> **Exercise instructions**
Word for word, restate the lines from the start of the data down to the line with "v -72.618 -19.674 0", both included.

Dataset entries:
<<<<
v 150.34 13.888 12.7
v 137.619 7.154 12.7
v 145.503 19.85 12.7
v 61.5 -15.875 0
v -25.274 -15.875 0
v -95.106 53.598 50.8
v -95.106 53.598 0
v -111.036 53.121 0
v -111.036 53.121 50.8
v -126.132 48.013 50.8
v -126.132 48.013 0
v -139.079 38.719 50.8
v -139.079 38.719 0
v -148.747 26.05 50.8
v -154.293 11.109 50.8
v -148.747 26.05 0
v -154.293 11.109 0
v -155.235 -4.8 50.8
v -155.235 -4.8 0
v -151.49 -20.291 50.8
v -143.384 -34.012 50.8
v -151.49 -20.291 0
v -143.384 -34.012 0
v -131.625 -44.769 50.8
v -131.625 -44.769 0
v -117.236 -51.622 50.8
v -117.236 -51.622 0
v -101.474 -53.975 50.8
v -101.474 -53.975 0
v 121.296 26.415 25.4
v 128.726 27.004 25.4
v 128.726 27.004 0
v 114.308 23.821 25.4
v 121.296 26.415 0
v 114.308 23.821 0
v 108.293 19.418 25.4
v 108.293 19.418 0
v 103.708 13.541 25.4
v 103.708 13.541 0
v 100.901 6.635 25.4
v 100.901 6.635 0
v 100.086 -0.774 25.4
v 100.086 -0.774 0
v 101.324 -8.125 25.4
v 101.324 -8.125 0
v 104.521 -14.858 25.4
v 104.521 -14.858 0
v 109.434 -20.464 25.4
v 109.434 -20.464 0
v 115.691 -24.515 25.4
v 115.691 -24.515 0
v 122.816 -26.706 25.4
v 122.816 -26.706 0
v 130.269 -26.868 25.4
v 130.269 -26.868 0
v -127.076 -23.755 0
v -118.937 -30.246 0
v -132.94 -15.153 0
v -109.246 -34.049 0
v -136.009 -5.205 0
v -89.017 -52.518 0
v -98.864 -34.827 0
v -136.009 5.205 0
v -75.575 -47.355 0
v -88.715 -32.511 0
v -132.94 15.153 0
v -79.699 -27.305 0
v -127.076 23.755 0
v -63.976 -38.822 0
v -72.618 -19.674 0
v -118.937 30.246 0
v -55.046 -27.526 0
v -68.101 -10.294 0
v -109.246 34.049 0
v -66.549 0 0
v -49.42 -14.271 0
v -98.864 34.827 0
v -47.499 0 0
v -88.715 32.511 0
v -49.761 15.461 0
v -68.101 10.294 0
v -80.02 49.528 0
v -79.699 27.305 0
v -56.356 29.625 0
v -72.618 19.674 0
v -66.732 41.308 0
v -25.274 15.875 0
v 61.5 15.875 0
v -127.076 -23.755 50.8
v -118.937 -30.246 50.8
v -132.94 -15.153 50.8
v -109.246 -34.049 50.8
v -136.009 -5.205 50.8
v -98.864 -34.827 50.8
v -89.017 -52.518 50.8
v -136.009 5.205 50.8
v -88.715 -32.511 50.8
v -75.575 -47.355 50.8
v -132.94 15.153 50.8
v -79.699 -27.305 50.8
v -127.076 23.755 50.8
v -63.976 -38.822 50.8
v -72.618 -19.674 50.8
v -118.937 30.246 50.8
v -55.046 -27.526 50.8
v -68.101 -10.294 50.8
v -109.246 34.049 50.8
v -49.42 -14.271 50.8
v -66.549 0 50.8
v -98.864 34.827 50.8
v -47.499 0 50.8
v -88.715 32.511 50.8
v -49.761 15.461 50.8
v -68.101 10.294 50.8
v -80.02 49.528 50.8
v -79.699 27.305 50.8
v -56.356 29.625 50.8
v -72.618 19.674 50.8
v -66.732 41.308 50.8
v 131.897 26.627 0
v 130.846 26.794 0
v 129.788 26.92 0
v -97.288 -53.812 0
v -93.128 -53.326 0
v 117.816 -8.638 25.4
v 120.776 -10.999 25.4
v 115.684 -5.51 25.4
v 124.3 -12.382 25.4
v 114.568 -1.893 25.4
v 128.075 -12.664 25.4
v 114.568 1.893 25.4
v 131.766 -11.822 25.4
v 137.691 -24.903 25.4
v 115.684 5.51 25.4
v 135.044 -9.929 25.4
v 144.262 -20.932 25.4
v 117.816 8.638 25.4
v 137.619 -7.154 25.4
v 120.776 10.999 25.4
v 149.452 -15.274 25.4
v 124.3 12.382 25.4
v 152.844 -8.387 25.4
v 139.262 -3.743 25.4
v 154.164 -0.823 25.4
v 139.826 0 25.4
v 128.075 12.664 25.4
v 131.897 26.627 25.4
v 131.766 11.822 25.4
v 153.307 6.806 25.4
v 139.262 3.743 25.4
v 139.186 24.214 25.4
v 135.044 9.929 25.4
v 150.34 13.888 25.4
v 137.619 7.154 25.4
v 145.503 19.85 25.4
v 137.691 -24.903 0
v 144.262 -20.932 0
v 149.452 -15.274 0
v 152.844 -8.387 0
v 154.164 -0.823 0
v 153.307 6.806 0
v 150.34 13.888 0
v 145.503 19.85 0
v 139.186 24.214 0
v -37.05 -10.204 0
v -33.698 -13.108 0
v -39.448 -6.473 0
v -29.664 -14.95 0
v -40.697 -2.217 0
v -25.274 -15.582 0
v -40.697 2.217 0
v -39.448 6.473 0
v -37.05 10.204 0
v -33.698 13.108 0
>>>>
> **Completed task**
v 150.34 13.888 12.7
v 137.619 7.154 12.7
v 145.503 19.85 12.7
v 61.5 -15.875 0
v -25.274 -15.875 0
v -95.106 53.598 50.8
v -95.106 53.598 0
v -111.036 53.121 0
v -111.036 53.121 50.8
v -126.132 48.013 50.8
v -126.132 48.013 0
v -139.079 38.719 50.8
v -139.079 38.719 0
v -148.747 26.05 50.8
v -154.293 11.109 50.8
v -148.747 26.05 0
v -154.293 11.109 0
v -155.235 -4.8 50.8
v -155.235 -4.8 0
v -151.49 -20.291 50.8
v -143.384 -34.012 50.8
v -151.49 -20.291 0
v -143.384 -34.012 0
v -131.625 -44.769 50.8
v -131.625 -44.769 0
v -117.236 -51.622 50.8
v -117.236 -51.622 0
v -101.474 -53.975 50.8
v -101.474 -53.975 0
v 121.296 26.415 25.4
v 128.726 27.004 25.4
v 128.726 27.004 0
v 114.308 23.821 25.4
v 121.296 26.415 0
v 114.308 23.821 0
v 108.293 19.418 25.4
v 108.293 19.418 0
v 103.708 13.541 25.4
v 103.708 13.541 0
v 100.901 6.635 25.4
v 100.901 6.635 0
v 100.086 -0.774 25.4
v 100.086 -0.774 0
v 101.324 -8.125 25.4
v 101.324 -8.125 0
v 104.521 -14.858 25.4
v 104.521 -14.858 0
v 109.434 -20.464 25.4
v 109.434 -20.464 0
v 115.691 -24.515 25.4
v 115.691 -24.515 0
v 122.816 -26.706 25.4
v 122.816 -26.706 0
v 130.269 -26.868 25.4
v 130.269 -26.868 0
v -127.076 -23.755 0
v -118.937 -30.246 0
v -132.94 -15.153 0
v -109.246 -34.049 0
v -136.009 -5.205 0
v -89.017 -52.518 0
v -98.864 -34.827 0
v -136.009 5.205 0
v -75.575 -47.355 0
v -88.715 -32.511 0
v -132.94 15.153 0
v -79.699 -27.305 0
v -127.076 23.755 0
v -63.976 -38.822 0
v -72.618 -19.674 0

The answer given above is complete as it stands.